Amy Small-McKinney

Poetry

Amy Small-McKinney’s second full-length book of poetry, Walking Toward Cranes (Glass Lyre Press, 2017) won the Kithara Book Prize 2016. Her work appears widely in journals, such as Connotation Press, Construction, American Poetry Review, The Indianapolis Review, Tiferet, Pedestal Magazine, and is forthcoming in ONE ART: a journal of poetry. Her poem “Birthplace” received Special Merits recognition by The Comstock Review for their 2019 Muriel Craft Bailey Poetry Contest. Small-McKinney’s reviews of poetry books have appeared in several journals, for example, Prairie Schooner. Her poems have also been translated into Romanian and Korean. She resides in Philadelphia where she teaches community poetry workshops and private students.

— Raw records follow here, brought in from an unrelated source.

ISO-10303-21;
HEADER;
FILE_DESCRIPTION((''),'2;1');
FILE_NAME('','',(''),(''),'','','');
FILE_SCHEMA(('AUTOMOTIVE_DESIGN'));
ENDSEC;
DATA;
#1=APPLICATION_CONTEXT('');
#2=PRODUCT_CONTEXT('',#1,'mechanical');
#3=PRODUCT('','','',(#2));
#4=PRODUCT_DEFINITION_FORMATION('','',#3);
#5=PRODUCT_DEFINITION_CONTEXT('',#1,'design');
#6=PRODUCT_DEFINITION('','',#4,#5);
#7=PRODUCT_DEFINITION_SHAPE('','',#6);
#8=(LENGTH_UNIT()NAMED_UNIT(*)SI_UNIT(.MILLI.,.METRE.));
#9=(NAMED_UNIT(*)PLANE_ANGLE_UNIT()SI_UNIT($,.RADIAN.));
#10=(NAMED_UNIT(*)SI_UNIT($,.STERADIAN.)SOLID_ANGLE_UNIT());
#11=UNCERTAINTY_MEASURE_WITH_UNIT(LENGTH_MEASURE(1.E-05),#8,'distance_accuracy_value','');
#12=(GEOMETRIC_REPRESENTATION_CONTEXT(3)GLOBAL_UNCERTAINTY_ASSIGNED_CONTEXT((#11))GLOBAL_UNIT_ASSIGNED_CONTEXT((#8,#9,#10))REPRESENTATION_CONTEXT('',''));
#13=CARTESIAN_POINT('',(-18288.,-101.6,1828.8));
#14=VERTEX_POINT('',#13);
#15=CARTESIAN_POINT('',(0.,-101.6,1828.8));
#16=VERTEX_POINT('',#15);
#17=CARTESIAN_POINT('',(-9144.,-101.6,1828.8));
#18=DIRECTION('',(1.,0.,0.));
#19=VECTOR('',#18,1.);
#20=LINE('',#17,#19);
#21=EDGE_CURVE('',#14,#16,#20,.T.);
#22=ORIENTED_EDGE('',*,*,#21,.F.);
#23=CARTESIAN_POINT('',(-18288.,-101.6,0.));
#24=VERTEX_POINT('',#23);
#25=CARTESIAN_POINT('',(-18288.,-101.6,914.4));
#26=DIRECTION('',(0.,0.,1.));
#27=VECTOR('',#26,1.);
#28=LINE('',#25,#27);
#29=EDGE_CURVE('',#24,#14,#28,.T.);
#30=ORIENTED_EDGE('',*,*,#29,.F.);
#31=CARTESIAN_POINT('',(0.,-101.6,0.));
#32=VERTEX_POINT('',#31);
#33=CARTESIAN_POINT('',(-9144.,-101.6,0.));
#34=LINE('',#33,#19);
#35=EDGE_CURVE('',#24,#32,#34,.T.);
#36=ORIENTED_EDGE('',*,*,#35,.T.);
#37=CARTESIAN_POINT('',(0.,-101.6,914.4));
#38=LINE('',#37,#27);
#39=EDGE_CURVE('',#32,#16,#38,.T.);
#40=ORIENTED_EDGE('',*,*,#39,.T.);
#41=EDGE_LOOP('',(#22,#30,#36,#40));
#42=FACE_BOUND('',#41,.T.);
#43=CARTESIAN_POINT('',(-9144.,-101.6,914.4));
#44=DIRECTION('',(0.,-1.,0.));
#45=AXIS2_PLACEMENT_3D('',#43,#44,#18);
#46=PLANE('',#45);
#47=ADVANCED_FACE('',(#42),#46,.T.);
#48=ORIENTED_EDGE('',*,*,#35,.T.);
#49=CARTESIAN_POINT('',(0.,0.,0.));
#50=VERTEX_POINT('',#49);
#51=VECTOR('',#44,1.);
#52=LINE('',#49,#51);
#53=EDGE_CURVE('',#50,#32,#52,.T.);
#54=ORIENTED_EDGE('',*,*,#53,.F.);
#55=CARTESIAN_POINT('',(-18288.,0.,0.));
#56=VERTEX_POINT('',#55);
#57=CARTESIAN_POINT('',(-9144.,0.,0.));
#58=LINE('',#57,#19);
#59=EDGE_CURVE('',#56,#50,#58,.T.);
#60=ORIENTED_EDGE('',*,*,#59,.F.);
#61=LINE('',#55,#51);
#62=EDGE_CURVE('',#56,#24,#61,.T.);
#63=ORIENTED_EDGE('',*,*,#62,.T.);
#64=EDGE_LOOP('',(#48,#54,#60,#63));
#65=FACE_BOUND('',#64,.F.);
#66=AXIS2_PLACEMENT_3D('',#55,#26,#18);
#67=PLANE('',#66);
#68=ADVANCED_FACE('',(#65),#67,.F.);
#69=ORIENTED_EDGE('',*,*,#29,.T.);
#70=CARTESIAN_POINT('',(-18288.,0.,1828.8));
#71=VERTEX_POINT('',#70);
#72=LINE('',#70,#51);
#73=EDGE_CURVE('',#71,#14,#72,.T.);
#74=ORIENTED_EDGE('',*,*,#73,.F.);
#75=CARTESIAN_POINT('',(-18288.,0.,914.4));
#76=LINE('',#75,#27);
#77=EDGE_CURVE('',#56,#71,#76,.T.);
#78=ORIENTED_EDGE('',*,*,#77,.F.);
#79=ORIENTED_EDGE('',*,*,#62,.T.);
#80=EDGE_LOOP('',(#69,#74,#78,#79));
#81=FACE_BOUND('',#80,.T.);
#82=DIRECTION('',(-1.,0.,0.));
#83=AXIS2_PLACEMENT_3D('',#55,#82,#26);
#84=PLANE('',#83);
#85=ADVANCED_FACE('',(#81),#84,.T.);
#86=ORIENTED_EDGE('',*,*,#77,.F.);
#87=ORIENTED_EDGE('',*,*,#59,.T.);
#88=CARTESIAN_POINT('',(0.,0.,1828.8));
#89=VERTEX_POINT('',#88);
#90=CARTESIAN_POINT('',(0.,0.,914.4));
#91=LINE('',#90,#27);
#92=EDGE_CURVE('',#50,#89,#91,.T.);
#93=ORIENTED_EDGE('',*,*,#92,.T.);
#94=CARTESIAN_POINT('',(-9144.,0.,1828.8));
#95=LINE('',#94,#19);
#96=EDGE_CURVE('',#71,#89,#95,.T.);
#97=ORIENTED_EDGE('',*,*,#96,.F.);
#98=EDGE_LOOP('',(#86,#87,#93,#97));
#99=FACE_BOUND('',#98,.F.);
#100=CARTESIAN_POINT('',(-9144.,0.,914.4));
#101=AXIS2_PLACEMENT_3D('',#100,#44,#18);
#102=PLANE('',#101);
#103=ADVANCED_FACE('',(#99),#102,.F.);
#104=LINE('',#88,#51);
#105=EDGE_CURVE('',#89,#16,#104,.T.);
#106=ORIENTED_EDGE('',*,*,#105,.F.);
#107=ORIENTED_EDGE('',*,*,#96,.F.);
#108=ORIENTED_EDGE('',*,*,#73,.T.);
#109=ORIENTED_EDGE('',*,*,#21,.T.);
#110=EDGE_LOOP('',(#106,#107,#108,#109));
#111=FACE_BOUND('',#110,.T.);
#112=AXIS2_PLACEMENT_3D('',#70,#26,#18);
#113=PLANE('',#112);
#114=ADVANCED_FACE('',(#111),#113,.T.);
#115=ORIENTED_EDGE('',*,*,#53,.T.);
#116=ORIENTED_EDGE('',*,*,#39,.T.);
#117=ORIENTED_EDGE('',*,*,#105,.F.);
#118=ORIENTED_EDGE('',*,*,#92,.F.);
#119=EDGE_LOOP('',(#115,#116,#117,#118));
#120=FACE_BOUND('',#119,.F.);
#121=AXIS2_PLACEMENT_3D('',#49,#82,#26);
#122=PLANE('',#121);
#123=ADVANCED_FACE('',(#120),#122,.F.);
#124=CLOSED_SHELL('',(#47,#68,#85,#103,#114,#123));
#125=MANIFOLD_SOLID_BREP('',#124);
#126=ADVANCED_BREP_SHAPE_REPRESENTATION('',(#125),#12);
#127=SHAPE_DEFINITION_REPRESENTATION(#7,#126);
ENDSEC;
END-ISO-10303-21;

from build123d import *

# Parameters (mm, degrees)
SKETCH_W  = 18288
SKETCH_H  = 1828.8
PAD_DEPTH = 101.6


with BuildPart() as part:
    # Sketch → Pad (new body)
    with BuildSketch(Plane.XZ):
        with Locations((-9144, 914.4)):
            Rectangle(SKETCH_W, SKETCH_H)
    extrude(amount=PAD_DEPTH)


solid = part.part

The Doctor Said We Need to Return in Two Months After Further Testing Including Bloodwork

How do I mourn a husband who sits beside me? Who cannot remember doctor or diagnosis. Who called me Honey, held my hand. I could have held him all night, woke to memory, the word dementia. I cannot close my eyes or hide. Who do I tell? What do I need to remember? My shoulders are mountains where a shepherd must stop, her sheep hesitating then moving upwards. They hate the dark. What to remember? On the top of the mountain not a burning bush. A woman, ruins. Below where sea stifles land my body a sunken ship, its ruins. I am drowning in remembering. In memorari, to be mindful of. I don’t want to be. Want to forget alarms for medications, cups of water to be thickened so he doesn’t mis-swallow into trachea or lungs. Forget legs as stems that barely hold him. Not-remembering is venomous, a stonefish, unnoticeable, unremarkable at first, easily mistaken for polished stone. My shoulders are his mountains. I don’t live in the mountains, never a shepherd. My city has its own steep cliffs of loss. This city where I walk two blocks for apples. When the emergency dispatcher demands who is with him the man on the floor? He remembered to push the emergency button. We are on our way. I am not a mountain or shepherd or sea, I’m on my way.

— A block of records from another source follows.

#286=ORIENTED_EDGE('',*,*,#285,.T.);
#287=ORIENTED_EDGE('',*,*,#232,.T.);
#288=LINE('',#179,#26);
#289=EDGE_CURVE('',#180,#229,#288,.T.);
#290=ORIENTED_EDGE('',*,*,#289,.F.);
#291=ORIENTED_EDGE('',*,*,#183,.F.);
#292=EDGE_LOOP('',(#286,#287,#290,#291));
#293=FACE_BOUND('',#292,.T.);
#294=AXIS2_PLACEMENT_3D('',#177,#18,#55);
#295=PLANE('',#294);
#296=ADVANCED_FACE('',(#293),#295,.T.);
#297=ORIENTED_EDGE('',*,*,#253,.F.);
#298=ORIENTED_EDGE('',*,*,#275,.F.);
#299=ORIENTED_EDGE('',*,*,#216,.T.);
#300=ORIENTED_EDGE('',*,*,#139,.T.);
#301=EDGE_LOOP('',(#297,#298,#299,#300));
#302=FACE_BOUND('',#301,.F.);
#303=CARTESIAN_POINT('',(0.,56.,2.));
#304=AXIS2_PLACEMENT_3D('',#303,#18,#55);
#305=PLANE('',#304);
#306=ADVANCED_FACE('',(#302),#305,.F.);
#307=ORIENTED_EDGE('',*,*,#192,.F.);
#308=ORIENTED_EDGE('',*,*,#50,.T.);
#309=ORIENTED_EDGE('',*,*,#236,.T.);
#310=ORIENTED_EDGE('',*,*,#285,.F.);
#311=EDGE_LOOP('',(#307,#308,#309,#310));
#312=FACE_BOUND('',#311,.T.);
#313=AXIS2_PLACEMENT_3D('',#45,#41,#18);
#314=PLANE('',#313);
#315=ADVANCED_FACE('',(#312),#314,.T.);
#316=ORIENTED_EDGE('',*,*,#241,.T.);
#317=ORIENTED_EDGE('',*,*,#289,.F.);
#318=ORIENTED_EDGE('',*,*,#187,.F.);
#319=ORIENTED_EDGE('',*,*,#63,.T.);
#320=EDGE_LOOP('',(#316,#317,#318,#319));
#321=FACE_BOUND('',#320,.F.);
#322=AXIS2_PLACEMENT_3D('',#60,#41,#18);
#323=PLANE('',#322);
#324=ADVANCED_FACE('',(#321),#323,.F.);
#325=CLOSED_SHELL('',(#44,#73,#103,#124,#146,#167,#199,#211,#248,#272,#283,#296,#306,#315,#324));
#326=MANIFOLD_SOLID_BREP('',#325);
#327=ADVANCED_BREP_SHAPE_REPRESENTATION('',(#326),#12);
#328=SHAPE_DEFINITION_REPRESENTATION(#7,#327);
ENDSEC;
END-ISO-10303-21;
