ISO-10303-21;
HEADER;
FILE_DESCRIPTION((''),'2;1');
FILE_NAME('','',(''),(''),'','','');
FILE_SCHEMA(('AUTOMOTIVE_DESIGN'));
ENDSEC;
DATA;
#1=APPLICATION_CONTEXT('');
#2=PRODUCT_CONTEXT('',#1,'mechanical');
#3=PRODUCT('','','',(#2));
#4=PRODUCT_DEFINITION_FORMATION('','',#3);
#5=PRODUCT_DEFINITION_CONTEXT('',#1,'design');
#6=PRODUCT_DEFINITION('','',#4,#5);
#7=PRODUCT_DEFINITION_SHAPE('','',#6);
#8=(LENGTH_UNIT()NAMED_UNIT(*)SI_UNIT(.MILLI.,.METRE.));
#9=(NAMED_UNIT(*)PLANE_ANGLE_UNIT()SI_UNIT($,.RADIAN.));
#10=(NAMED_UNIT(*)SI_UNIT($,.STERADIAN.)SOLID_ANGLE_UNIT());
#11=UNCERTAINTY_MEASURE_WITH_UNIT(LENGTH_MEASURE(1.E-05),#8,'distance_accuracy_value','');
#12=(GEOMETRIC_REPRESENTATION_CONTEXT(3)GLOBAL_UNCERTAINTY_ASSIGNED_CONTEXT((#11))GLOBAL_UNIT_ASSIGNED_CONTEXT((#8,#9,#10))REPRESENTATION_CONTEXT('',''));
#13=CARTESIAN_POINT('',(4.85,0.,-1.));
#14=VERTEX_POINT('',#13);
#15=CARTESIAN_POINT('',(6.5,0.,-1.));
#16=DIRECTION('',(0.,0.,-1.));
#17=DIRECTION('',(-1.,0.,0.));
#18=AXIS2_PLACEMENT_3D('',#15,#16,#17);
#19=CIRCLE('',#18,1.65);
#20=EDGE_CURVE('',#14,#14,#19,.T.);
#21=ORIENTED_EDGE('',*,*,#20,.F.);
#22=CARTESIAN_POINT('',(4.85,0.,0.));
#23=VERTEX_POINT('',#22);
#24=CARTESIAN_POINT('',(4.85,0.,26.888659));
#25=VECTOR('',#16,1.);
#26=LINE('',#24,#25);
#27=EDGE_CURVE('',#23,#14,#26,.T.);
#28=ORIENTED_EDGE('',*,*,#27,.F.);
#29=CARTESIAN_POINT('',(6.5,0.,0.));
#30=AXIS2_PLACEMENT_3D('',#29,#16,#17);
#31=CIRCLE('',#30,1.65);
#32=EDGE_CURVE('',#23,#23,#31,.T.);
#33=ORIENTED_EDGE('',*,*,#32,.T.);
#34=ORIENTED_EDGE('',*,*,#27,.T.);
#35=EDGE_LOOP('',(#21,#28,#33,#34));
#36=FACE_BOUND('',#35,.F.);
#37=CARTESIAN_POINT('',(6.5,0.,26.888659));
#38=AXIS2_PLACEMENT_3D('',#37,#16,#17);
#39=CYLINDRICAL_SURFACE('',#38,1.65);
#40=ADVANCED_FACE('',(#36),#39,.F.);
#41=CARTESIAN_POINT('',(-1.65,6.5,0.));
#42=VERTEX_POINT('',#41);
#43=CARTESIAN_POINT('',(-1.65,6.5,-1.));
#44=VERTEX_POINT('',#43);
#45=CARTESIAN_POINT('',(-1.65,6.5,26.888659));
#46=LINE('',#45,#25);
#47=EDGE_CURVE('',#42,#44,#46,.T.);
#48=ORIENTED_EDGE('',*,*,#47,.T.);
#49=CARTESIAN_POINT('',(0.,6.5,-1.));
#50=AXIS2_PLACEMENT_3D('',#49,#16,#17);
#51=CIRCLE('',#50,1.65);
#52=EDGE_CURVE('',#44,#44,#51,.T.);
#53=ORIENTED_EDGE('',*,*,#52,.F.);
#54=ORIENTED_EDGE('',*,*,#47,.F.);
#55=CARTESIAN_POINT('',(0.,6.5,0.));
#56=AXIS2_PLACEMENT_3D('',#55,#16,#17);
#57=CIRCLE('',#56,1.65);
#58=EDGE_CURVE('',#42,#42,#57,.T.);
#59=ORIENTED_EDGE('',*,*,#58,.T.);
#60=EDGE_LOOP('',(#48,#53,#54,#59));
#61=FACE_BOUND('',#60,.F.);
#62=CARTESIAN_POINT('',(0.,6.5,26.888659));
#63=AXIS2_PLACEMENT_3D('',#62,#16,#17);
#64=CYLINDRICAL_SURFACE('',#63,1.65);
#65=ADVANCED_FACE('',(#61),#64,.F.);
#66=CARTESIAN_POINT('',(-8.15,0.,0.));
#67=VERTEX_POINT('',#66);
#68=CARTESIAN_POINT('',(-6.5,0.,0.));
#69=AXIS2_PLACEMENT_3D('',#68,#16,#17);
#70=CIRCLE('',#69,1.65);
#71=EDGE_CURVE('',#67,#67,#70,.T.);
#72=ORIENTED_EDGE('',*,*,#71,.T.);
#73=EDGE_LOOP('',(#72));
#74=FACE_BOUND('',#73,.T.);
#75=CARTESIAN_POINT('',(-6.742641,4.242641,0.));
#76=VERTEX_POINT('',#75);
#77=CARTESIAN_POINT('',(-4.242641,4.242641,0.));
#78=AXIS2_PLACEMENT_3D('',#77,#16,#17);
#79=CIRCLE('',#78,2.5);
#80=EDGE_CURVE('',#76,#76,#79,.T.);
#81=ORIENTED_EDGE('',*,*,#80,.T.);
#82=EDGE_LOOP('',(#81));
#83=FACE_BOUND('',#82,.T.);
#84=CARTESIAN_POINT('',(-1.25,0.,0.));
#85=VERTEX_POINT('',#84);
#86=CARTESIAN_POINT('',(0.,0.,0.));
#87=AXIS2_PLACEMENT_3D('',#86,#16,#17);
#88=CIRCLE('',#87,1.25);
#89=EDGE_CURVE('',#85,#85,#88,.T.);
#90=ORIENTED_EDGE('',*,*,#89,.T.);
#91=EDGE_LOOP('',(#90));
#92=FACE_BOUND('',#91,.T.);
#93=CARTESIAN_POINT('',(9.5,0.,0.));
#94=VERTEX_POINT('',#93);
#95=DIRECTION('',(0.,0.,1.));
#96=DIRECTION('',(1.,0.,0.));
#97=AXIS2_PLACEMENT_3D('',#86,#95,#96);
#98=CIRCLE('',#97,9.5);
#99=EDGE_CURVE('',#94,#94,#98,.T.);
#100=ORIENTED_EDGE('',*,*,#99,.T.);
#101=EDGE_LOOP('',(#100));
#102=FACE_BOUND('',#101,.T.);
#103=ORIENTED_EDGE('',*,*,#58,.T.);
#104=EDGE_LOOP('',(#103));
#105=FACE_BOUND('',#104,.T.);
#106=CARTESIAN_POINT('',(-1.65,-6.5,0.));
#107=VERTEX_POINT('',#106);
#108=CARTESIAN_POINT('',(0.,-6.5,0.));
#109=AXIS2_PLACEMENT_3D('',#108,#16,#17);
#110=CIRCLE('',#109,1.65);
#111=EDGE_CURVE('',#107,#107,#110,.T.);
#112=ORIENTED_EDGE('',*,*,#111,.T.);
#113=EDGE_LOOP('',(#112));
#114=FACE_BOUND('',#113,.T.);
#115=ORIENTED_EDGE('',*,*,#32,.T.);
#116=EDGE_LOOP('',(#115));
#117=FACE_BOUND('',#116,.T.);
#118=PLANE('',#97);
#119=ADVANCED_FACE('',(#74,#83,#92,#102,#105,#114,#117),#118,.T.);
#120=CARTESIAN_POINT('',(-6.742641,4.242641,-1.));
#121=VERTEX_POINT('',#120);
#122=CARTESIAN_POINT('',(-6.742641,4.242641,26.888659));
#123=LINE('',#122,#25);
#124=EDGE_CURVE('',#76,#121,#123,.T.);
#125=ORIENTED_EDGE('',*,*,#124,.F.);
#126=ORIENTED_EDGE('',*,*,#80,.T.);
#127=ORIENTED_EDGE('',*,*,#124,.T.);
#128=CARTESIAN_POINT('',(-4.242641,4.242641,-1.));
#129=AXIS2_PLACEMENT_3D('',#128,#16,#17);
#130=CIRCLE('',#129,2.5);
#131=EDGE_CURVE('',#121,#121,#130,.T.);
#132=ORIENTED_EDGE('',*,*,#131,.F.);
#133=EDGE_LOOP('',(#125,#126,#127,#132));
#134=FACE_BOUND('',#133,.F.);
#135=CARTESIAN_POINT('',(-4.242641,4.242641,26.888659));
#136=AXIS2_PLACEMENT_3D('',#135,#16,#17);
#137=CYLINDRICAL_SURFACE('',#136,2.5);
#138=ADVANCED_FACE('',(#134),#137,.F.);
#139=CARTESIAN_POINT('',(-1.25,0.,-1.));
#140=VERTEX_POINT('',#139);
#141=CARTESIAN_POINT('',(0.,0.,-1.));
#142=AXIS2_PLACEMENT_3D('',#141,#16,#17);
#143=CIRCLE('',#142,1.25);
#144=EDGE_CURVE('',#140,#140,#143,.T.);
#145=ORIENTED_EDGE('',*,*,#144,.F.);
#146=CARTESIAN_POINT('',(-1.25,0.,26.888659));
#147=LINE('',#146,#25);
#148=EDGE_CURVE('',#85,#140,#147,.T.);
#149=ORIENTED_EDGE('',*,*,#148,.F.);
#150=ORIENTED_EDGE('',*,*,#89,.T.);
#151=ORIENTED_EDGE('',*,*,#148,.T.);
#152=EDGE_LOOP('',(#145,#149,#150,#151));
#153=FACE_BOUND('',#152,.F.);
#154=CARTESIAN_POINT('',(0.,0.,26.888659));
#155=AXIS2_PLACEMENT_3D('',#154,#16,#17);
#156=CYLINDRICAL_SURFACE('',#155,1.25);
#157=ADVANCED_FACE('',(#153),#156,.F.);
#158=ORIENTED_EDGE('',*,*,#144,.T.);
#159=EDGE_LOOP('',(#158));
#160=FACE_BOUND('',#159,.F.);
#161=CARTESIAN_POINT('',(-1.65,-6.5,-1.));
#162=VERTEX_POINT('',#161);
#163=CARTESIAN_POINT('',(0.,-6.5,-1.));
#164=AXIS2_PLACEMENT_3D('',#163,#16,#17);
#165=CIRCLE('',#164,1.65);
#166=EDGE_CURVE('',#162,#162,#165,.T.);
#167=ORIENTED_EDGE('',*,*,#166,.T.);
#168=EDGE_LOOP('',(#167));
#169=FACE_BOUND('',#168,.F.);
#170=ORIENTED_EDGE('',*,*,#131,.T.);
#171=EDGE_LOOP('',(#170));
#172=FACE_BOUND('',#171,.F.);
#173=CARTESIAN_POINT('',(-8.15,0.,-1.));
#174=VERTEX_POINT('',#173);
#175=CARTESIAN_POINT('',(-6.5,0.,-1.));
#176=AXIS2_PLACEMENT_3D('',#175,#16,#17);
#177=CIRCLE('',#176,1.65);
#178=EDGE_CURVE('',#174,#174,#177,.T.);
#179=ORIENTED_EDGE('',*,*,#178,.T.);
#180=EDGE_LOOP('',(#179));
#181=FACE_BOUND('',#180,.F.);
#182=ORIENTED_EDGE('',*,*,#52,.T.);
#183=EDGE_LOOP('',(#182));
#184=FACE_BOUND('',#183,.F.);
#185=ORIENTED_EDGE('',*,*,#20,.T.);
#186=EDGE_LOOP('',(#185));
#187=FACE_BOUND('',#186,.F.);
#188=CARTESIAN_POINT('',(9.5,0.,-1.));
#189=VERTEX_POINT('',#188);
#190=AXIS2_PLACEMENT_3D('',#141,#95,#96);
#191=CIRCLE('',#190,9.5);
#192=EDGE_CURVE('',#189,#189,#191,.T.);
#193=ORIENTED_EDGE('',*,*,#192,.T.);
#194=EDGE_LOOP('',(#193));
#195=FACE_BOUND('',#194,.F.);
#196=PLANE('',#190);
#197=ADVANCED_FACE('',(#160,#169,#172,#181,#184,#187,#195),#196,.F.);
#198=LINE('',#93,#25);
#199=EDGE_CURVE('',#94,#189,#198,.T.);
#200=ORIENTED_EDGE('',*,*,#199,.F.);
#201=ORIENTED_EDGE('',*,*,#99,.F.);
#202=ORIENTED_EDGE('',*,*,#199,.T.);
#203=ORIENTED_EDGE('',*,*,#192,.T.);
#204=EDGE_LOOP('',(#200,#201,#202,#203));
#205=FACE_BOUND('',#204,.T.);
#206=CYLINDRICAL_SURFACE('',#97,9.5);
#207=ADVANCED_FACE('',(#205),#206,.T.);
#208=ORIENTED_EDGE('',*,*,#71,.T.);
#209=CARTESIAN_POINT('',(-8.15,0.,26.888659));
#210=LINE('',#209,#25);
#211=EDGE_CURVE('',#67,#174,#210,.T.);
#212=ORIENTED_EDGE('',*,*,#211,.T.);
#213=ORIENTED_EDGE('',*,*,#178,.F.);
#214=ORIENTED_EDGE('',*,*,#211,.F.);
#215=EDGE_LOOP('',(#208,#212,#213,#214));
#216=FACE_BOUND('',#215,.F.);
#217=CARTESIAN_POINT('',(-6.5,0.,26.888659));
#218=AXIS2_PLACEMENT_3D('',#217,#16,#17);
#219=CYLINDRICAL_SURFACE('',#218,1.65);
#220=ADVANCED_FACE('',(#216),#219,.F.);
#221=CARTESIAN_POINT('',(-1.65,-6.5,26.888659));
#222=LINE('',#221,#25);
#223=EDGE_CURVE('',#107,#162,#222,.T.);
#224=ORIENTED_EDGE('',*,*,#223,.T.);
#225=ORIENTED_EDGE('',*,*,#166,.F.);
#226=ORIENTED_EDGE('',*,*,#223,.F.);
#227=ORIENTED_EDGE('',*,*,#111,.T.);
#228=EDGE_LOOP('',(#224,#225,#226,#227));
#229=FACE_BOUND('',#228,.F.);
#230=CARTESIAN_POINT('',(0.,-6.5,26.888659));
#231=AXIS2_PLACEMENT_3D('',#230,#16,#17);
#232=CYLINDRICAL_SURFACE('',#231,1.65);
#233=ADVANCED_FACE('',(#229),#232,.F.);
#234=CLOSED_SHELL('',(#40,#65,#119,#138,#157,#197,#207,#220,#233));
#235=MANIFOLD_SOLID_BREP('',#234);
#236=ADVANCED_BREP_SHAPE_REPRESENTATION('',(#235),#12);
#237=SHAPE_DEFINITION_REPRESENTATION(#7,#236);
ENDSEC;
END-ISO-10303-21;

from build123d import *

# Parameters (mm, degrees)
F0_R     = 9.5
F1_DEPTH = 1
F2_D     = 3.3
F3_D     = 5
F4_D     = 2.5


with BuildPart() as f1:
    # F0 (on Top) → F1 (new body)
    with BuildSketch(Plane.XY):
        Circle(F0_R)
    extrude(amount=-F1_DEPTH)

    # F2 (through all)
    with Locations(Plane.XY):
        with Locations((0, 6.5), (-6.5, 0), (0, -6.5), (6.5, 0)):
            Hole(F2_D / 2)

    # F3 (through all)
    with Locations(Plane.XY):
        with Locations((-4.2426406871, 4.2426406871)):
            Hole(F3_D / 2)

    # F4 (through all)
    with Locations(Plane.XY):
        with Locations((0, 0)):
            Hole(F4_D / 2)


solid = f1.part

During this virus, this isolation, my husband was ill. The day the rehabilitation center was going to ban visitors, I brought him home. While caregiving, I felt all that caregivers know well, but often fear saying out loud, exhaustion, frustration, resentment, and did not want to hear, one more time, how strong I was. I was in mourning, deeply submerged in anticipatory grief. Finally, we had to make the impossible decision to not have another surgery. He entered hospice here at home. Surrounded by family, he died late June. We write what we must, don't we?